Easter Billboard

Free speech is one thing, but come within a mile of religion and people are going to get tweaked. In Orange County, FL, a week before Easter, a billboard suddenly appeared, reading simply: “All religions are fairy tales.” Almost overnight, a nearby restaurant watched business drop by 2/3. People started calling the media. I’m imagining the reports went something like this: “Hello, media? Someone is expressing an opinion and I have to be exposed to it when I drive by!”

I think the business angle is especially interesting – it provides an instant concrete measurement of public opinion. What is it about religion that strikes so deeply? I can hardly imagine another opinion being expressed on a billboard – no matter how controversial – that could impact local businesses on such a broad scale. It’s just weird.

The billboard company claims the signage was not paid for, but put up in the middle of the night by anonymous pranksters.

Update: The article has been removed from WFTV’s site without explanation.

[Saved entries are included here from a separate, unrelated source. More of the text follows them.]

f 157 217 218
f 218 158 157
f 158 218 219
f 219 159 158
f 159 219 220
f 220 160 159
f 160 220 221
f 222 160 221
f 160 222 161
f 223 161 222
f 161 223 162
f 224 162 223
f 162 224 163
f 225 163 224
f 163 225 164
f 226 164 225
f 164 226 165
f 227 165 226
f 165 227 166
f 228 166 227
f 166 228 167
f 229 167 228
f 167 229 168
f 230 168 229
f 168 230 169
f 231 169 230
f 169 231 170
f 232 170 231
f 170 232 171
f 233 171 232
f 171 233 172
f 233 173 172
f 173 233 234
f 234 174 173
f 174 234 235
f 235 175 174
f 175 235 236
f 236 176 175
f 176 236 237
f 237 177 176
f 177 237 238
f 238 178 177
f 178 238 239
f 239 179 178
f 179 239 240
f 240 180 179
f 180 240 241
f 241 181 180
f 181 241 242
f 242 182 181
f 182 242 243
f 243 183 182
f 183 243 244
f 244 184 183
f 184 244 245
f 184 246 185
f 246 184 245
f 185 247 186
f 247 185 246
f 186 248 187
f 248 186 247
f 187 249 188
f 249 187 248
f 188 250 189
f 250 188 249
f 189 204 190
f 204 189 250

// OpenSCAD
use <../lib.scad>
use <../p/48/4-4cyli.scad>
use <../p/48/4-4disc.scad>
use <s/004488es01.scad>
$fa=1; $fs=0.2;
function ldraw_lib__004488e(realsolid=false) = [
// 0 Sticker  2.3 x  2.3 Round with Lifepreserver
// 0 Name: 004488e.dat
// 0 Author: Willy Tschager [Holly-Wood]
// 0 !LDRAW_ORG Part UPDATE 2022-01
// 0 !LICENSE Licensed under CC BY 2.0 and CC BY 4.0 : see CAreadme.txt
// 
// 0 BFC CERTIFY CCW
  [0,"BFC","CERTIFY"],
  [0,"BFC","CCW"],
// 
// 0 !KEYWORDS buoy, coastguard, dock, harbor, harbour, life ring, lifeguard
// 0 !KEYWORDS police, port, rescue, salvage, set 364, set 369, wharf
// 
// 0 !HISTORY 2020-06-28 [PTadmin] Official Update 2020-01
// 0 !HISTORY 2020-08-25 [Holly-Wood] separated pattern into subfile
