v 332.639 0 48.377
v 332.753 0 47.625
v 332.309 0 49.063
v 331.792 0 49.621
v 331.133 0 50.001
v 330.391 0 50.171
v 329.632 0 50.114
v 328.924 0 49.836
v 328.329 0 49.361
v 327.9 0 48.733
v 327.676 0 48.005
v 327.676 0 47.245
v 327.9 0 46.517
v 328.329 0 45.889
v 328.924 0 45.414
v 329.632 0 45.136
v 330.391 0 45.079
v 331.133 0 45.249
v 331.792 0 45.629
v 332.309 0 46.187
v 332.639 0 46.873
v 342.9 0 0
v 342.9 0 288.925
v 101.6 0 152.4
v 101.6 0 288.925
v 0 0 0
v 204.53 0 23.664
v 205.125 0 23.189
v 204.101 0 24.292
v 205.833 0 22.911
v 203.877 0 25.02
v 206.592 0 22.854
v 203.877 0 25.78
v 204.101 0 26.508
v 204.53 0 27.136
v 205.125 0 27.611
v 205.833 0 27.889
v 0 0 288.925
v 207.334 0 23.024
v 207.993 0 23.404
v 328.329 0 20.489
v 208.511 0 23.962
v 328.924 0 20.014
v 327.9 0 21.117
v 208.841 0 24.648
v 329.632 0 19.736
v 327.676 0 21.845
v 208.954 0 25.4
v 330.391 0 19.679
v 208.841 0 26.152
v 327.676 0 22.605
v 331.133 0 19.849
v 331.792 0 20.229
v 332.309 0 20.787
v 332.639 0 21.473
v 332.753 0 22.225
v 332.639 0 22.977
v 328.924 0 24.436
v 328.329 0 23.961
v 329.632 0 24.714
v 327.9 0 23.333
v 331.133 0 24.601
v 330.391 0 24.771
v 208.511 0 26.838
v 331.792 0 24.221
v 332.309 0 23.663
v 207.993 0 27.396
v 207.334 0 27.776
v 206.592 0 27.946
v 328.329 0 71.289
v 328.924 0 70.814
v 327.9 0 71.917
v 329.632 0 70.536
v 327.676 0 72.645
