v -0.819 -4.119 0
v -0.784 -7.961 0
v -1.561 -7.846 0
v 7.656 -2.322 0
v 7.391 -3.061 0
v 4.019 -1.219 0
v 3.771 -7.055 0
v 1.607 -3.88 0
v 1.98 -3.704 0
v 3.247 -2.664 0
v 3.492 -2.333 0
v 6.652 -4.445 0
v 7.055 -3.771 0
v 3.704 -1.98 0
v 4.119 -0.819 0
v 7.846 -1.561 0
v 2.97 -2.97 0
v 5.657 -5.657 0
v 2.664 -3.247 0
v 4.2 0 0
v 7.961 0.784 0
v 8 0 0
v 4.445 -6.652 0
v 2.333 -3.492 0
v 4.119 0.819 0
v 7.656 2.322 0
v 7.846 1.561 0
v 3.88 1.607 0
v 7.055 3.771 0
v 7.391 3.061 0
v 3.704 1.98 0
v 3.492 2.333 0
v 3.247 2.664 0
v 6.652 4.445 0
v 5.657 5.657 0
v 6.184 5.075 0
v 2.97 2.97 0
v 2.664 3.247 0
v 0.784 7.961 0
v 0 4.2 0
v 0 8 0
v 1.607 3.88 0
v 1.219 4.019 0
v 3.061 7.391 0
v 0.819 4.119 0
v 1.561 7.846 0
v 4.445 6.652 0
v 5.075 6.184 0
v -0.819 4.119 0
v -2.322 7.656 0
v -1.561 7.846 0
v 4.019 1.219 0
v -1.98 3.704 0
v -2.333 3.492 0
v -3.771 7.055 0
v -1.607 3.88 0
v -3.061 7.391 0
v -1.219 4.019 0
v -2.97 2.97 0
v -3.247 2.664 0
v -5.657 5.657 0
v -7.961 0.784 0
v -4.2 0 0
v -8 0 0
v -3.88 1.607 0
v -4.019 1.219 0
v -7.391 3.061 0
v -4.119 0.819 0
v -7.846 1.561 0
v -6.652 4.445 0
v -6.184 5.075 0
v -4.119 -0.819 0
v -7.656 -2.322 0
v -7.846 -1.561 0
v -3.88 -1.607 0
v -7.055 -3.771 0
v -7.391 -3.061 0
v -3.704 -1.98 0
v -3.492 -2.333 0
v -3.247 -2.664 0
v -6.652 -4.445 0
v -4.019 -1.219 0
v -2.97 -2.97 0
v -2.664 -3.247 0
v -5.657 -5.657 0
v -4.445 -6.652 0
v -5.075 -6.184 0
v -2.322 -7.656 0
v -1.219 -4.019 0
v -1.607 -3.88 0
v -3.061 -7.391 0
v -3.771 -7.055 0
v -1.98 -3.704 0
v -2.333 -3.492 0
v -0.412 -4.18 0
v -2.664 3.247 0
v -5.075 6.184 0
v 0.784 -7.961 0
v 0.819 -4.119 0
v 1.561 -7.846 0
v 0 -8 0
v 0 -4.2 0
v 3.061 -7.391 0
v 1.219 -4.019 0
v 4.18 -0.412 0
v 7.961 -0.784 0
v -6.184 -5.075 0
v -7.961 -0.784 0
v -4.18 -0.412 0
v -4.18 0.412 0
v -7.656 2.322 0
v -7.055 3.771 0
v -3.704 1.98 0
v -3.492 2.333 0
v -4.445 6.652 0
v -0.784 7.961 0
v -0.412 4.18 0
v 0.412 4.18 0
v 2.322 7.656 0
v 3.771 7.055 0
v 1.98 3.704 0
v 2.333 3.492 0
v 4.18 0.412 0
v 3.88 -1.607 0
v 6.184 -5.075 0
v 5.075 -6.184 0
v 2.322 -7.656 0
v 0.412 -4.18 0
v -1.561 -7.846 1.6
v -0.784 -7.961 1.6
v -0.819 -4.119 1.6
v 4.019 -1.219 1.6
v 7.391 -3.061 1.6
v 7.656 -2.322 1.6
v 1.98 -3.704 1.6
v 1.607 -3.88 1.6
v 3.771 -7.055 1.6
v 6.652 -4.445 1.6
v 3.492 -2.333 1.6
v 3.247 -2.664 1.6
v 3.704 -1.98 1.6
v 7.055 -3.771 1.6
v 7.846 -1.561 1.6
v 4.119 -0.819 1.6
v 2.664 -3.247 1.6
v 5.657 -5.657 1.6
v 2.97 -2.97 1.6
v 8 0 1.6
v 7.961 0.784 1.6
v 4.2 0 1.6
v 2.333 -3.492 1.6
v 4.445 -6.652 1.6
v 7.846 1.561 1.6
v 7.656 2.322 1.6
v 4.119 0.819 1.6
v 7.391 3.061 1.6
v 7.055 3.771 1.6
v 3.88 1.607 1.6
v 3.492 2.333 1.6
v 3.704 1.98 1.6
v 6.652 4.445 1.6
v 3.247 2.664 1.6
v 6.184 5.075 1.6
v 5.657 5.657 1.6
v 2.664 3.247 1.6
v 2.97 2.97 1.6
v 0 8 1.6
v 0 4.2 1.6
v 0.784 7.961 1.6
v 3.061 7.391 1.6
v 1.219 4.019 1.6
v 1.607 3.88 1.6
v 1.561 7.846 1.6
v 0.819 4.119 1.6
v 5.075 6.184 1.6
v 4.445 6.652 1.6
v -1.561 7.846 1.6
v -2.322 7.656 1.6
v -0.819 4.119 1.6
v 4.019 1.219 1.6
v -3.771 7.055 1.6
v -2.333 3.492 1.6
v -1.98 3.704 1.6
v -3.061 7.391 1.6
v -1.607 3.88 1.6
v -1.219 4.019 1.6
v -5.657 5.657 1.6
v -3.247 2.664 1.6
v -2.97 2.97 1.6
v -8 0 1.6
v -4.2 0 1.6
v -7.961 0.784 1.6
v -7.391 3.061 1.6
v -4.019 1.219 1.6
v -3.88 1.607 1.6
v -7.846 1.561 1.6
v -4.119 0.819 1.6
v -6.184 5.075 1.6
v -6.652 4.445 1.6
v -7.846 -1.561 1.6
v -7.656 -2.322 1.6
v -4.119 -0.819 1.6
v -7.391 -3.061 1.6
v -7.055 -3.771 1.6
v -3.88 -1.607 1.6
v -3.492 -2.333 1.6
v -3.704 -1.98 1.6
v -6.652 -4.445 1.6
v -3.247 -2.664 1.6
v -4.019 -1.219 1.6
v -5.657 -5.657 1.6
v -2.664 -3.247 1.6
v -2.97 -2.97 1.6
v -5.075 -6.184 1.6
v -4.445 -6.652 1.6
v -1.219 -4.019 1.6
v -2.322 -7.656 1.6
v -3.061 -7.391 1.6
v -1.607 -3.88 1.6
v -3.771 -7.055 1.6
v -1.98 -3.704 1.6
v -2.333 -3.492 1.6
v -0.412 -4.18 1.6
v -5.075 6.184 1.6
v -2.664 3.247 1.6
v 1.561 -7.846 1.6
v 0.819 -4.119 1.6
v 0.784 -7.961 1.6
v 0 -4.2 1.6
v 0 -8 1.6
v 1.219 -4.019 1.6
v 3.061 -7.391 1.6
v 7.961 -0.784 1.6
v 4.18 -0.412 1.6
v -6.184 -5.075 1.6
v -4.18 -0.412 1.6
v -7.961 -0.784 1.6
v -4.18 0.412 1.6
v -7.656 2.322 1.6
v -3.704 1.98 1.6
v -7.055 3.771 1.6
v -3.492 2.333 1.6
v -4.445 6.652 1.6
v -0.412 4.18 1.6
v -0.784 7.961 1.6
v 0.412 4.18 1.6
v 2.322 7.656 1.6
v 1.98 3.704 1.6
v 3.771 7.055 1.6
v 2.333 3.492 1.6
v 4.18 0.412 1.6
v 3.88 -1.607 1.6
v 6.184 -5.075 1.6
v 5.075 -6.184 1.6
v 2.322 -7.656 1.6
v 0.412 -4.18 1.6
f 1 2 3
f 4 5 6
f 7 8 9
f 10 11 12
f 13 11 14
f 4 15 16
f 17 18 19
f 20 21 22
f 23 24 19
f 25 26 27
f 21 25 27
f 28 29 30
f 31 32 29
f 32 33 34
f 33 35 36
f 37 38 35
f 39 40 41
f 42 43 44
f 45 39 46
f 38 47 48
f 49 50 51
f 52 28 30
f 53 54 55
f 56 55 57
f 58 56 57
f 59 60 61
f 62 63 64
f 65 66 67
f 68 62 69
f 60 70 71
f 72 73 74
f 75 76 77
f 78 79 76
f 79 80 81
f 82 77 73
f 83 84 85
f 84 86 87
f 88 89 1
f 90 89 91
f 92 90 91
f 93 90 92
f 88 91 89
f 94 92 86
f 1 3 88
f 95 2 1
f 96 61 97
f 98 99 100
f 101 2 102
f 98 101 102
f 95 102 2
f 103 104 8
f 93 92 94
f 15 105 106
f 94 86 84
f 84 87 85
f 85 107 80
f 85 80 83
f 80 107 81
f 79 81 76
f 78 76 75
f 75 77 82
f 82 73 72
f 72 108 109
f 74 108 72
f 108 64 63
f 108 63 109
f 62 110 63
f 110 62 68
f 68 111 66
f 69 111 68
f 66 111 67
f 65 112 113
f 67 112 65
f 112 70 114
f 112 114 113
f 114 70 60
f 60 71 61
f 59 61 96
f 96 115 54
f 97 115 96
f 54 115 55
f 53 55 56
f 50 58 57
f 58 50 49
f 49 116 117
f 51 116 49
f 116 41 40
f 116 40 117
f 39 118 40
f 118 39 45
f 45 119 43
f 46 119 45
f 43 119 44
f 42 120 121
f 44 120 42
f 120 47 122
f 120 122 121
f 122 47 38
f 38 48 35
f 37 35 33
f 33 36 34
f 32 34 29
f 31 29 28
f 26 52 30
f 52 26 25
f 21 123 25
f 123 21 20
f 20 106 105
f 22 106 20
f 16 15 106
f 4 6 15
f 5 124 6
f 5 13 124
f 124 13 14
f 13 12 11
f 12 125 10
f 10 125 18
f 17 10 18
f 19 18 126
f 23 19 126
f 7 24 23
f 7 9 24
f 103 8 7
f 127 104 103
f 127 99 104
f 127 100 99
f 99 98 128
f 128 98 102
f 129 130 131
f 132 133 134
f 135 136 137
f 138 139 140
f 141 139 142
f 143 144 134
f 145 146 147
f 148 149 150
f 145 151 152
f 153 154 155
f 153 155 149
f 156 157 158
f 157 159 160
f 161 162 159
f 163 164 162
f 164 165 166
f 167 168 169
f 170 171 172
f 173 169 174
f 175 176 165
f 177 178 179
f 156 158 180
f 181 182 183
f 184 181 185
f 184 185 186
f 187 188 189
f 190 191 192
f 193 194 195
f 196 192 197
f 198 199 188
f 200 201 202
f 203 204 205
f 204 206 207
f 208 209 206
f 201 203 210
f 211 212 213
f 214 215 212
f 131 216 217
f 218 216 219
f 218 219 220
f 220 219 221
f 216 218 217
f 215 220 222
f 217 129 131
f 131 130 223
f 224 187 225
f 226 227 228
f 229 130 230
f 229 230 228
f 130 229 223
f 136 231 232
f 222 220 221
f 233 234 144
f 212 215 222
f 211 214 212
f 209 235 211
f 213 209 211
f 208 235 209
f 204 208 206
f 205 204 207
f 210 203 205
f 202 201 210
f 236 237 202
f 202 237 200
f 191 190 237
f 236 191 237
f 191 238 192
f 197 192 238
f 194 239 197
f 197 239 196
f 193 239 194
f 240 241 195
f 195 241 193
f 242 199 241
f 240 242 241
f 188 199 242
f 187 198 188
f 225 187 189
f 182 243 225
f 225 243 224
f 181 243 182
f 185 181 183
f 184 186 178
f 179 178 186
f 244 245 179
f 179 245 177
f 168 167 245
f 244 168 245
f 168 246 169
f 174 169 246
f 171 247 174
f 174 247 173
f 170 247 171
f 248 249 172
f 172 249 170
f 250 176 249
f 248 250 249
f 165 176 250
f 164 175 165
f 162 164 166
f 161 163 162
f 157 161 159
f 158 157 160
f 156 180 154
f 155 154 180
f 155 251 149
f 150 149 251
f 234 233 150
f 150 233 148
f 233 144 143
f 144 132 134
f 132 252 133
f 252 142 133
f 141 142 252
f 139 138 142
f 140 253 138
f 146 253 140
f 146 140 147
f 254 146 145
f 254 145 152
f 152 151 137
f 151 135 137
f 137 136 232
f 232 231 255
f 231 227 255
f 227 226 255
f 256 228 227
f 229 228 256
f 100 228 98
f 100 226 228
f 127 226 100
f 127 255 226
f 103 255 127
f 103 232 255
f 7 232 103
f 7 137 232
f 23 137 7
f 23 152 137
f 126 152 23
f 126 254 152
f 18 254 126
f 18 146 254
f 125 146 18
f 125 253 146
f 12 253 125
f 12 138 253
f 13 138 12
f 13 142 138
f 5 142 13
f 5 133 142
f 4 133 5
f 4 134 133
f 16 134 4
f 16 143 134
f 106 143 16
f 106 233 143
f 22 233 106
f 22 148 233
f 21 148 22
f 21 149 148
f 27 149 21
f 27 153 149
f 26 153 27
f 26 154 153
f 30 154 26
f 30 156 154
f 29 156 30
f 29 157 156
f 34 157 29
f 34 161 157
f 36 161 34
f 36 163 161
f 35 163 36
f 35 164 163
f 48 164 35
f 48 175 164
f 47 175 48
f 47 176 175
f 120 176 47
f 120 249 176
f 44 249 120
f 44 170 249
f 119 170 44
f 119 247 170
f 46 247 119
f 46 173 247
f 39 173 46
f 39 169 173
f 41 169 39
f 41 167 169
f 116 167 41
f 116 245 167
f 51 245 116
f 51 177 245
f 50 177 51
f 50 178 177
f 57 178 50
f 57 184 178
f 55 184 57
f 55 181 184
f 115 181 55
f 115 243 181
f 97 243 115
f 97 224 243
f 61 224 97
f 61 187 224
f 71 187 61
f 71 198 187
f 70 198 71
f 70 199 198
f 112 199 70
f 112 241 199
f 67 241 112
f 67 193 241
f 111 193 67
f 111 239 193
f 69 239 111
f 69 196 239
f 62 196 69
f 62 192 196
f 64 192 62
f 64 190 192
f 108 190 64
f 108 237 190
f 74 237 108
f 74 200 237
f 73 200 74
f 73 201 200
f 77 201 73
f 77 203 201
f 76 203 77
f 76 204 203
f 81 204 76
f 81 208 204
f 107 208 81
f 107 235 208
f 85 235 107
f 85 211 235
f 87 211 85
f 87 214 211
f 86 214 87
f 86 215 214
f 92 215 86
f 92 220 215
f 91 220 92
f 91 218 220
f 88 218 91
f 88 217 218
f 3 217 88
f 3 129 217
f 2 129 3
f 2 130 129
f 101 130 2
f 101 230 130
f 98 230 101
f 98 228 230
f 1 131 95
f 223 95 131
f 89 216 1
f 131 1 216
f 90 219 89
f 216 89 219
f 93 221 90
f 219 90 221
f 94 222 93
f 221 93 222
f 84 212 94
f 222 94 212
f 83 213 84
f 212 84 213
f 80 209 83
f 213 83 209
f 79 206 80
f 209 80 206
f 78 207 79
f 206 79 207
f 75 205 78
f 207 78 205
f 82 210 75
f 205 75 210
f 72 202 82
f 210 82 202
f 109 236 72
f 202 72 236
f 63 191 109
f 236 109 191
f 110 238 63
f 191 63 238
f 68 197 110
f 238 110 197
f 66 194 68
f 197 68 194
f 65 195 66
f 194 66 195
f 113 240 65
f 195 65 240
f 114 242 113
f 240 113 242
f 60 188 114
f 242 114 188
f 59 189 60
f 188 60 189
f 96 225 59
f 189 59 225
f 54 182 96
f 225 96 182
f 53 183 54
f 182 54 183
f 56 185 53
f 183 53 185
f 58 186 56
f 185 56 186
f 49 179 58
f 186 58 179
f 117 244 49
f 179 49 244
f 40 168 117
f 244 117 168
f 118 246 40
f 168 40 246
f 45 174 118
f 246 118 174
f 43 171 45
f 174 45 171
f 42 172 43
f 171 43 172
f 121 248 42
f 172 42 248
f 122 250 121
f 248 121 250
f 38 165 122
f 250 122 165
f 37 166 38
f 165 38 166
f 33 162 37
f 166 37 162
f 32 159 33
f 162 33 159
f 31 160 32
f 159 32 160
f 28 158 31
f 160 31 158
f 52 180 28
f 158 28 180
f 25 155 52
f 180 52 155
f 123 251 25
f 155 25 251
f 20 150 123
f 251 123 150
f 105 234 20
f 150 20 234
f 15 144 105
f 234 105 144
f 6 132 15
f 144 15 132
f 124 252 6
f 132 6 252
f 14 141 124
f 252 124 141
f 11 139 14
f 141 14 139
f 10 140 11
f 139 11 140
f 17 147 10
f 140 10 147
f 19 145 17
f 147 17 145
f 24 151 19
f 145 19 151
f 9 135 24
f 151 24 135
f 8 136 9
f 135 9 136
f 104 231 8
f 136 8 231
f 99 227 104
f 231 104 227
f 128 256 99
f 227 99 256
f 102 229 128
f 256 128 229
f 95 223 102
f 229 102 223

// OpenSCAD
// SPDX-License-Identifier: MIT
// Wrapper: render this file directly (NO -D needed, works in every shell):
//   openscad -o washer.stl examples/washer.scad
SHOW = "washer";
include <../tq_threads_examples.scad>;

Google for coverage elsewhere.

via Sean Graham

5 Replies to “Easter Billboard”

  1. Heck, I go to church, and it mightily pisses me off how upset people get at things like this billboard.

    Oh noes! I bein’ expozed to contrary opinionz! Do Not Want!

    I’ll let you in on a secret. The vast majority of Christians scare the heebie jeebies out of me. Luckily, I am firmly convinced that my fellow co-religionists are unintentionally hell bent (heh) on marginalizing Christianity. I suspect that in the next generation or two, in-your-face Christianity will be as rare here as it is in “secular” Europe.

    And quite frankly, that’s just fine by me.

  2. I’m a little dubious about the “business down by 2/3rds” claim. That’s based on the restaurant’s claims, and the way I read it is that he’s saying EASTER business was down by that much. Pretty tough to verify a direct relationship, I’d say.

    “The billboard came down around 4:00 Friday afternoon and nearby business owners are relieved. Straub’s restaurant can replace the sign with the night’s specials.”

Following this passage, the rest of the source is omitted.